* **Assigned task**:
If a line of the records holds the word "ThreePointArc", copy it out.
━━━ Source records ━━━
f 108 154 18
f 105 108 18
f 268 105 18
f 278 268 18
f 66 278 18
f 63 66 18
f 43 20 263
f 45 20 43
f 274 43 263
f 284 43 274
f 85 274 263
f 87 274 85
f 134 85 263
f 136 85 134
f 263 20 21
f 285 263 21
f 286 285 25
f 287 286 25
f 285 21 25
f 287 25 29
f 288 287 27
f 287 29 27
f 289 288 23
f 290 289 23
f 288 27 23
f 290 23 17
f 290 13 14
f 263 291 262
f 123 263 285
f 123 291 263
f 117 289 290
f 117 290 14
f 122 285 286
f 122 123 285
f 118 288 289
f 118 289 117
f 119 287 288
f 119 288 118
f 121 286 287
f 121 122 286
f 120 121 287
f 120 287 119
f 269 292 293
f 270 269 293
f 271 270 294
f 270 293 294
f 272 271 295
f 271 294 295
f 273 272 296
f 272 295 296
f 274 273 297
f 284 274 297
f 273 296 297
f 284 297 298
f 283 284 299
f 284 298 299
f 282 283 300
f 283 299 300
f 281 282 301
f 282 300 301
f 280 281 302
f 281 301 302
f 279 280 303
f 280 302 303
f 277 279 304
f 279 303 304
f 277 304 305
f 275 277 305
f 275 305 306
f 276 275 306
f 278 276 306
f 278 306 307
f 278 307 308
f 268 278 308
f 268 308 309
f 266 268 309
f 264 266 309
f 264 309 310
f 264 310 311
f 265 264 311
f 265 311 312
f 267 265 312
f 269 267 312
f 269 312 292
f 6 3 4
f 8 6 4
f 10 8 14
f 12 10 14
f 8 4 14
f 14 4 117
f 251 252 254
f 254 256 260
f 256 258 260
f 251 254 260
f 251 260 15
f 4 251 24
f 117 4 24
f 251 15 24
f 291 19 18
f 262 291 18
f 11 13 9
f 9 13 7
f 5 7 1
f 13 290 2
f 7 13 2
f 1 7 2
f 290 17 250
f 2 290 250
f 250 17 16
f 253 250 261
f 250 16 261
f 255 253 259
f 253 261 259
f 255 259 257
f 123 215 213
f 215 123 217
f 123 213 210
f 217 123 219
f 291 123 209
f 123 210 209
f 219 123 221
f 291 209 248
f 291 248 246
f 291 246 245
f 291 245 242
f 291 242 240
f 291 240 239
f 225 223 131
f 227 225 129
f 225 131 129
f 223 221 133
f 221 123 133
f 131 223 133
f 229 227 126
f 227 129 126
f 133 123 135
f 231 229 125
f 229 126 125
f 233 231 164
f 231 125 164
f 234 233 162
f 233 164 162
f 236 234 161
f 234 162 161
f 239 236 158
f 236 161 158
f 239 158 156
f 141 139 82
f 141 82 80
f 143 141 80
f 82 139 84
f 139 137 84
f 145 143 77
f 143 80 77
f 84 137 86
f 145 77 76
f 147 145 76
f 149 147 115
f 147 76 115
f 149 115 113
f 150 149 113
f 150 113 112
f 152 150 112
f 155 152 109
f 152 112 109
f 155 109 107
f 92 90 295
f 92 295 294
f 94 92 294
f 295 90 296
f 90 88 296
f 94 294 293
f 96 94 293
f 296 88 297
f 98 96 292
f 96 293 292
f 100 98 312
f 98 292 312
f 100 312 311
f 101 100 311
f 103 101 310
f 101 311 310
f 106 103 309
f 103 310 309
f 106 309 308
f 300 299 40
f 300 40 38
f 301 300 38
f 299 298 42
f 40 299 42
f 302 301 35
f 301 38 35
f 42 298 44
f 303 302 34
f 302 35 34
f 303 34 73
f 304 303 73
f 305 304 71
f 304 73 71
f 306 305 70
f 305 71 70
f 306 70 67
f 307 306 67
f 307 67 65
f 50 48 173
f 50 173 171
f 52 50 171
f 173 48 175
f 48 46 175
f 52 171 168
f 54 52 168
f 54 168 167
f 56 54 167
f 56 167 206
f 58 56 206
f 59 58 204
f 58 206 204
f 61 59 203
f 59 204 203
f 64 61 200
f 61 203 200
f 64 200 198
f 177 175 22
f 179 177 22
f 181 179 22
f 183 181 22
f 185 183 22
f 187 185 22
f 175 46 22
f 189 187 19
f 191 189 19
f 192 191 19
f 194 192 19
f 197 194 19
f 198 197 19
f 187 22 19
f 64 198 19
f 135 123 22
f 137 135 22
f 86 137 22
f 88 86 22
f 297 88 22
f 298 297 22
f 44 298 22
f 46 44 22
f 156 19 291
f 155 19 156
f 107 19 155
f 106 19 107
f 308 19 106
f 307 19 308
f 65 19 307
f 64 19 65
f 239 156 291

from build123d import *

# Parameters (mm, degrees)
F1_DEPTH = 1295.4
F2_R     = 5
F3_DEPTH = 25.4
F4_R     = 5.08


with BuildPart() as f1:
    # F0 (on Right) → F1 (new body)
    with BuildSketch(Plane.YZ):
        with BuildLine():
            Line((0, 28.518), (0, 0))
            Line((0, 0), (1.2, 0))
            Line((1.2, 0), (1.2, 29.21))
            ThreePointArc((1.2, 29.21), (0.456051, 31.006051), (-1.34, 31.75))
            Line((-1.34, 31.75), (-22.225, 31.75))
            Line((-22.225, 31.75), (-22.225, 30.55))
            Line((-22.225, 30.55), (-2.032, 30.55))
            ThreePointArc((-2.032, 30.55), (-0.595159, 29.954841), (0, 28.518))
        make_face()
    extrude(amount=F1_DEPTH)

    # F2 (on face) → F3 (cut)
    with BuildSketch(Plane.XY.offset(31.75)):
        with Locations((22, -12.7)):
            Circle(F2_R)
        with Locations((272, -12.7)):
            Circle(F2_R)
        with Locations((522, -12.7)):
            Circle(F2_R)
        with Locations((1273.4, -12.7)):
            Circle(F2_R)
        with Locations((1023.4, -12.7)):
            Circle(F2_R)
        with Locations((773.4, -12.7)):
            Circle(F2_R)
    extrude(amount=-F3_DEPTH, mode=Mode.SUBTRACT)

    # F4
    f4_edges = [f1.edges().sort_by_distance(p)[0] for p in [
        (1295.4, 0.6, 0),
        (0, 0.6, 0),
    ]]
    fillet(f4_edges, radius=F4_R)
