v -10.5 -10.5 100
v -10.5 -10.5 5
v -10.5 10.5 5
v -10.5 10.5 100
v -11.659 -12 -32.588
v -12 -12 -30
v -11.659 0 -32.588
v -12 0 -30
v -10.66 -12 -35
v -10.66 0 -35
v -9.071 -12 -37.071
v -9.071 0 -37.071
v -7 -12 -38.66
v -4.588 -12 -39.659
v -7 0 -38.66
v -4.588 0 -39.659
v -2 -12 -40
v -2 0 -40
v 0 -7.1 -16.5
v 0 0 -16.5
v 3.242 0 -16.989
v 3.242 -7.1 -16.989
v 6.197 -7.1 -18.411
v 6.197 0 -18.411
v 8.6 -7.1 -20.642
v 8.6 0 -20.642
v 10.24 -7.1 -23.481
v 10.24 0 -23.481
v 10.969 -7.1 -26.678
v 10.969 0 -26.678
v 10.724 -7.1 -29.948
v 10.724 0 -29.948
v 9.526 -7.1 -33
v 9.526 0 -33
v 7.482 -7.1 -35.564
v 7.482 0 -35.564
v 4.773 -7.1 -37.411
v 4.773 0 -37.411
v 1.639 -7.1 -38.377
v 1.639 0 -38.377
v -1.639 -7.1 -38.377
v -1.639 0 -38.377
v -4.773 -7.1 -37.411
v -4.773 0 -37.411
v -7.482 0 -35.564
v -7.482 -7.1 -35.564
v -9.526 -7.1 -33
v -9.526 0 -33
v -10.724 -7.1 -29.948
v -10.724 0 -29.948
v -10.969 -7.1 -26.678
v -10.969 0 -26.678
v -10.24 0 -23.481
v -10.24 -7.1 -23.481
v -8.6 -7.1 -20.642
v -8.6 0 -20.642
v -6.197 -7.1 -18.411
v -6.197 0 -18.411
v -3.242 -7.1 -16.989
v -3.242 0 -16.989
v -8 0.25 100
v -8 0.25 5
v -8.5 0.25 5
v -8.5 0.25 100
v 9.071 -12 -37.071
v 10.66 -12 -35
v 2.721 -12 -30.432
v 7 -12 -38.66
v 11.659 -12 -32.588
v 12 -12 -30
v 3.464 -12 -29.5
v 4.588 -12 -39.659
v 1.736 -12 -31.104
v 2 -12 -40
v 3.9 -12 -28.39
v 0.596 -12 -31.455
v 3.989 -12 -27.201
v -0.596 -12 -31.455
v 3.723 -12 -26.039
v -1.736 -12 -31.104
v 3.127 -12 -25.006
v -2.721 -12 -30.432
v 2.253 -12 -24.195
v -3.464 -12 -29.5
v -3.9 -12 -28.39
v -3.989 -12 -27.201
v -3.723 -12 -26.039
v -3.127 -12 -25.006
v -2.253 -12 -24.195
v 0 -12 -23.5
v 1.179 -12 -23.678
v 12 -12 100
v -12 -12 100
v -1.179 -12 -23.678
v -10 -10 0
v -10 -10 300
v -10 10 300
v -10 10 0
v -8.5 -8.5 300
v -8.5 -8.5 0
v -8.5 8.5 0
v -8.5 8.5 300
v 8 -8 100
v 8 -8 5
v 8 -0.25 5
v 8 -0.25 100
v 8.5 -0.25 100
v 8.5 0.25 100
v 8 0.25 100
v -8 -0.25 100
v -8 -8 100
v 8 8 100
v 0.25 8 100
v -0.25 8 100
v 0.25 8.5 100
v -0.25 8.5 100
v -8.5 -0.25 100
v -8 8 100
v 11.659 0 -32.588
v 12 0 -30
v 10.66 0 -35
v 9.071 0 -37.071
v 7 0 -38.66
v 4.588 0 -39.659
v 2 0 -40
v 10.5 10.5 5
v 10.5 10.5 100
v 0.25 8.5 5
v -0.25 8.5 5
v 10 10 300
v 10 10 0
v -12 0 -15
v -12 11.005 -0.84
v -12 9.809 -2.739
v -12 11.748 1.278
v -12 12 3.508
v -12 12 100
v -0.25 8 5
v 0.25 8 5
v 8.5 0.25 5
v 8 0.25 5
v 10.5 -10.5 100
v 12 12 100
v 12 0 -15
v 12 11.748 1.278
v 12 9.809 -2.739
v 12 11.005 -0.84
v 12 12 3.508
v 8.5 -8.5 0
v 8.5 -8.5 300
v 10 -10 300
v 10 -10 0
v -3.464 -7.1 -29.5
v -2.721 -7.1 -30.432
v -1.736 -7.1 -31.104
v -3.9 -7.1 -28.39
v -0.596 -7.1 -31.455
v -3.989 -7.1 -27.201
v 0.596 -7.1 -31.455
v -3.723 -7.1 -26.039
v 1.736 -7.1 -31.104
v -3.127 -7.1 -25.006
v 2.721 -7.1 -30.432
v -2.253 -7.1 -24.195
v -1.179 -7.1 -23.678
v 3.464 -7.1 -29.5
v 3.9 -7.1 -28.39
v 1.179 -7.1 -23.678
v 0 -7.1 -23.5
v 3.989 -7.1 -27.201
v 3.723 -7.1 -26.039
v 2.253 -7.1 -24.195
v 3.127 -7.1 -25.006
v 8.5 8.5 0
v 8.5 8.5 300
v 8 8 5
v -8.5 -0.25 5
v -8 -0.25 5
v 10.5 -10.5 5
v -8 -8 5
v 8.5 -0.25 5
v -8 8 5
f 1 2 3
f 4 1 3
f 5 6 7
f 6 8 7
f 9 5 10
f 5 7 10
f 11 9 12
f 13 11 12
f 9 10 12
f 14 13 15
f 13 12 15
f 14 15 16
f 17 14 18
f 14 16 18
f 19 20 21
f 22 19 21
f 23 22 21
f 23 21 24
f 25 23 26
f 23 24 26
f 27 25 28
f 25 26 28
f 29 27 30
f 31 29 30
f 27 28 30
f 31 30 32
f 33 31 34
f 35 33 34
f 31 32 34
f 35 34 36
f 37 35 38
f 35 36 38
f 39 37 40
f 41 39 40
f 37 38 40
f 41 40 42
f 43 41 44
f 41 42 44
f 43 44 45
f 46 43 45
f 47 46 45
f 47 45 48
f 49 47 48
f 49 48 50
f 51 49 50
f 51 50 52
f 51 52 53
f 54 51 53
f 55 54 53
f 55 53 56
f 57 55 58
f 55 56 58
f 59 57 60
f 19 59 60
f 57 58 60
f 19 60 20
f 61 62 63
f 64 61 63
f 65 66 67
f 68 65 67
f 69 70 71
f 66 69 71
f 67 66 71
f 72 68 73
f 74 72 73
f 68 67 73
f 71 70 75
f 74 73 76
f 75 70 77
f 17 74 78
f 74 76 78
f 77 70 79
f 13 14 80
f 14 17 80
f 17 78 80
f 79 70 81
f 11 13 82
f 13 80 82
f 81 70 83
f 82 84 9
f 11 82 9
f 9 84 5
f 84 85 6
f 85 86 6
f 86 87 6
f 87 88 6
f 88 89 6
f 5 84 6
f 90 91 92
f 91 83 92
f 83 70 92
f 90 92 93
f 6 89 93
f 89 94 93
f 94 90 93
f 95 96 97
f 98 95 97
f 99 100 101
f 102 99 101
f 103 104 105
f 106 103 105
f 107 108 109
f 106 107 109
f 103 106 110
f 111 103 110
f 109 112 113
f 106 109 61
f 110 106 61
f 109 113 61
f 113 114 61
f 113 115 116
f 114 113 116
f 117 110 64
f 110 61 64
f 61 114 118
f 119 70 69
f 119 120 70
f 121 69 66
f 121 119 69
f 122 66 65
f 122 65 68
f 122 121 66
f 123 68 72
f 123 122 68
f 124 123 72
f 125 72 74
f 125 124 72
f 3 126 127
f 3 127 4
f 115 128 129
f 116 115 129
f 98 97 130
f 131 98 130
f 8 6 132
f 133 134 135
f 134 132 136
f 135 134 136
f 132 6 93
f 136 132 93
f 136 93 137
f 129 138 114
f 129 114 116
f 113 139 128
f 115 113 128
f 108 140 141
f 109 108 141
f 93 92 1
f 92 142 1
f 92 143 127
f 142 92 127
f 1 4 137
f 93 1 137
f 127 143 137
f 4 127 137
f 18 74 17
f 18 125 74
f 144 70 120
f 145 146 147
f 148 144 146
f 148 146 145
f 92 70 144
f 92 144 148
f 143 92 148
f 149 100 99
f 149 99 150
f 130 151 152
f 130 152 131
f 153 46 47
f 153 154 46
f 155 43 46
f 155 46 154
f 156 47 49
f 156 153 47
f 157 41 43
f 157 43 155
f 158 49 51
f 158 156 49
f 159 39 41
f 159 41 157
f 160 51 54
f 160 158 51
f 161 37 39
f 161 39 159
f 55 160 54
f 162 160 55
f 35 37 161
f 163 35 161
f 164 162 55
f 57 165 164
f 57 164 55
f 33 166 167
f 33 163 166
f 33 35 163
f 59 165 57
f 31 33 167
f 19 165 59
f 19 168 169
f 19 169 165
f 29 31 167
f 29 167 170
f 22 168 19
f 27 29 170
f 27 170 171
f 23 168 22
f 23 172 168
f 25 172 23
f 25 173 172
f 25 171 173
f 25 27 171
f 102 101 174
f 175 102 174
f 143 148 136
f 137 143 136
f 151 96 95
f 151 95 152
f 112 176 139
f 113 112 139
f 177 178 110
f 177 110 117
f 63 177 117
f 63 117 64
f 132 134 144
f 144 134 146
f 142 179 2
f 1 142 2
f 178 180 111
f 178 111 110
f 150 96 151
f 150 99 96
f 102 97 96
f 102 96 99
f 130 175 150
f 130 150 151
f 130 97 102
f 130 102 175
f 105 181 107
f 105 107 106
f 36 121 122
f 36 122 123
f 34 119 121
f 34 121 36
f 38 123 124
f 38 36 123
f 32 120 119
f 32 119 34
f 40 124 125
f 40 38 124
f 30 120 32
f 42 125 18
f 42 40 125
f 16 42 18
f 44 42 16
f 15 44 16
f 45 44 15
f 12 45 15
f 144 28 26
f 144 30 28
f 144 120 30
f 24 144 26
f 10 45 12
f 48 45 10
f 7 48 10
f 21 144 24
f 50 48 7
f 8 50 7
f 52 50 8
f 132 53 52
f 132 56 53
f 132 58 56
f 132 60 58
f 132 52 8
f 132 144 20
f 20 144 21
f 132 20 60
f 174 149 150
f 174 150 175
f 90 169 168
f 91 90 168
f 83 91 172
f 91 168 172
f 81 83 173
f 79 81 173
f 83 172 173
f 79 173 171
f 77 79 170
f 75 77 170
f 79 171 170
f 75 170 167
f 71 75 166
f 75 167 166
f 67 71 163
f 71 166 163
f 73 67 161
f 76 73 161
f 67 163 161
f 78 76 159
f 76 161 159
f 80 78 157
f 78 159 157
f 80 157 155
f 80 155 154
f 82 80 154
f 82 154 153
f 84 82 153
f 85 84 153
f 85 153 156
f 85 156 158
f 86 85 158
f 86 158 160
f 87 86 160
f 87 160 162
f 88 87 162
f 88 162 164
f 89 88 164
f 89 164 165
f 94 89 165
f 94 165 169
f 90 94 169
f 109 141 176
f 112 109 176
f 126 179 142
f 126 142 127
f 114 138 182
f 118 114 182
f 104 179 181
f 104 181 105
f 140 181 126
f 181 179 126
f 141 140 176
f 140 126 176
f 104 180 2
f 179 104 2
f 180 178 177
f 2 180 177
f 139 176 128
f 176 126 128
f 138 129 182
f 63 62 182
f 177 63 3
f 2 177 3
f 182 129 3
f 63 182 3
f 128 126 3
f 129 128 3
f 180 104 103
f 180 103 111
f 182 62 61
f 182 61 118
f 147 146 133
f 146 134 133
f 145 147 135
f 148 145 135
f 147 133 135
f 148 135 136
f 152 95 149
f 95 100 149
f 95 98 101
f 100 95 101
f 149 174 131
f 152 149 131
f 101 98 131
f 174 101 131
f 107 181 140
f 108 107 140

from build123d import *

# Parameters (mm, degrees)
SKETCH1_W           = 20
SKETCH1_H           = 20
SKETCH1_W_2         = 17
SKETCH1_H_2         = 17
BOSS_EXTRUDE1_DEPTH = 300
SKETCH2_W           = 24
SKETCH2_H           = 24
SKETCH2_W_2         = 21
SKETCH2_H_2         = 21
SKETCH2_W_3         = 0.5
SKETCH2_H_3         = 0.5
SKETCH2_W_4         = 16
SKETCH2_H_4         = 16
BOSS_EXTRUDE2_DEPTH = 100
SKETCH3_W           = 24
SKETCH3_H           = 24
BOSS_EXTRUDE3_DEPTH = 5
SKETCH7_W           = 24
SKETCH7_H           = 12
BOSS_EXTRUDE5_DEPTH = 25
FILLET2_R           = 10
SKETCH9_R           = 4
CUT_EXTRUDE1_DEPTH  = 301.479616621
SKETCH9_4_R         = 11
CUT_EXTRUDE2_DEPTH  = 7.1
FILLET3_R           = 10


with BuildPart() as part:
    # Sketch1 → Boss-Extrude1 (new body)
    with BuildSketch(Plane.XY):
        Rectangle(SKETCH1_W, SKETCH1_H)
        Rectangle(SKETCH1_W_2, SKETCH1_H_2, mode=Mode.SUBTRACT)
    extrude(amount=BOSS_EXTRUDE1_DEPTH)


with BuildPart() as body_2:
    # Sketch2 → Boss-Extrude2 (new body)
    # profile 1 of 5: a face of its own
    with BuildSketch(Plane(origin=(0, 0, 0), x_dir=(-1, 0, 0), z_dir=(0, 0, -1))):
        Rectangle(SKETCH2_W, SKETCH2_H)
        Rectangle(SKETCH2_W_2, SKETCH2_H_2, mode=Mode.SUBTRACT)
    # profile 2 of 5: a face of its own
    with BuildSketch(Plane(origin=(0, 0, 0), x_dir=(-1, 0, 0), z_dir=(0, 0, -1))):
        with Locations((-8.25, 0)):
            Rectangle(SKETCH2_W_3, SKETCH2_H_3)
    # profile 3 of 5: a face of its own
    with BuildSketch(Plane(origin=(0, 0, 0), x_dir=(-1, 0, 0), z_dir=(0, 0, -1))):
        with Locations((8.25, 0)):
            Rectangle(SKETCH2_W_3, SKETCH2_H_3)
    # profile 4 of 5: a face of its own
    with BuildSketch(Plane(origin=(0, 0, 0), x_dir=(-1, 0, 0), z_dir=(0, 0, -1))):
        with Locations((0, 8.25)):
            Rectangle(SKETCH2_W_3, SKETCH2_H_3)
    # profile 5 of 5: a face of its own
    with BuildSketch(Plane(origin=(0, 0, 0), x_dir=(-1, 0, 0), z_dir=(0, 0, -1))):
        Rectangle(SKETCH2_W_4, SKETCH2_H_4)
    extrude(amount=-BOSS_EXTRUDE2_DEPTH)

    # Sketch3 → Boss-Extrude3 (add)
    with BuildSketch(Plane(origin=(0, 0, 0), x_dir=(-1, 0, 0), z_dir=(0, 0, -1))):
        Rectangle(SKETCH3_W, SKETCH3_H)
    extrude(amount=-BOSS_EXTRUDE3_DEPTH)

    # Sketch6 → section 0 of loft1
    with BuildSketch(Plane(origin=(0, 0, -15), x_dir=(-1, 0, 0), z_dir=(0, 0, -1)), mode=Mode.PRIVATE) as loft1_s0:
        with BuildLine():
            Line((-12, -12), (12, -12))
            Line((12, -12), (12, 0))
            Line((12, 0), (-12, 0))
            Line((-12, 0), (-12, -12))
        make_face()
    # loft up to a face of the part (loft1)
    loft([loft1_s0.sketch, body_2.faces().sort_by_distance((0, 0, 0))[0]])

    # Sketch7 → Boss-Extrude5 (add)
    with BuildSketch(Plane(origin=(0, 0, -15), x_dir=(-1, 0, 0), z_dir=(0, 0, -1))):
        with Locations((0, -6)):
            Rectangle(SKETCH7_W, SKETCH7_H)
    extrude(amount=BOSS_EXTRUDE5_DEPTH)

    # Fillet2
    fillet2_edges = [body_2.edges().sort_by_distance(p)[0] for p in [
        (-12, -6, -40),
        (12, -6, -40),
    ]]
    fillet(fillet2_edges, radius=FILLET2_R)

    # Sketch9 → Cut-Extrude1 (cut, through all)
    with BuildSketch(Plane(origin=(0, 0, 0), x_dir=(1, 0, 0), z_dir=(0, 1, 0))):
        with Locations(Location((0, 27.5, 0), (0, 0, 270))):
            Circle(SKETCH9_R)
    extrude(amount=-CUT_EXTRUDE1_DEPTH, mode=Mode.SUBTRACT)

    # Sketch9<4> → Cut-Extrude2 (cut)
    with BuildSketch(Plane(origin=(0, 0, 0), x_dir=(1, 0, 0), z_dir=(0, 1, 0))):
        with Locations(Location((0, 27.5, 0), (0, 0, 270))):
            Circle(SKETCH9_4_R)
    extrude(amount=-CUT_EXTRUDE2_DEPTH, mode=Mode.SUBTRACT)

    # Fillet3
    fillet3_edges = [body_2.edges().sort_by_distance(p)[0] for p in [
        (0, 12, 0),
    ]]
    fillet(fillet3_edges, radius=FILLET3_R)


solid = Compound([part.part, body_2.part])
━━━
* **Task result**:
            ThreePointArc((1.2, 29.21), (0.456051, 31.006051), (-1.34, 31.75))
            ThreePointArc((-2.032, 30.55), (-0.595159, 29.954841), (0, 28.518))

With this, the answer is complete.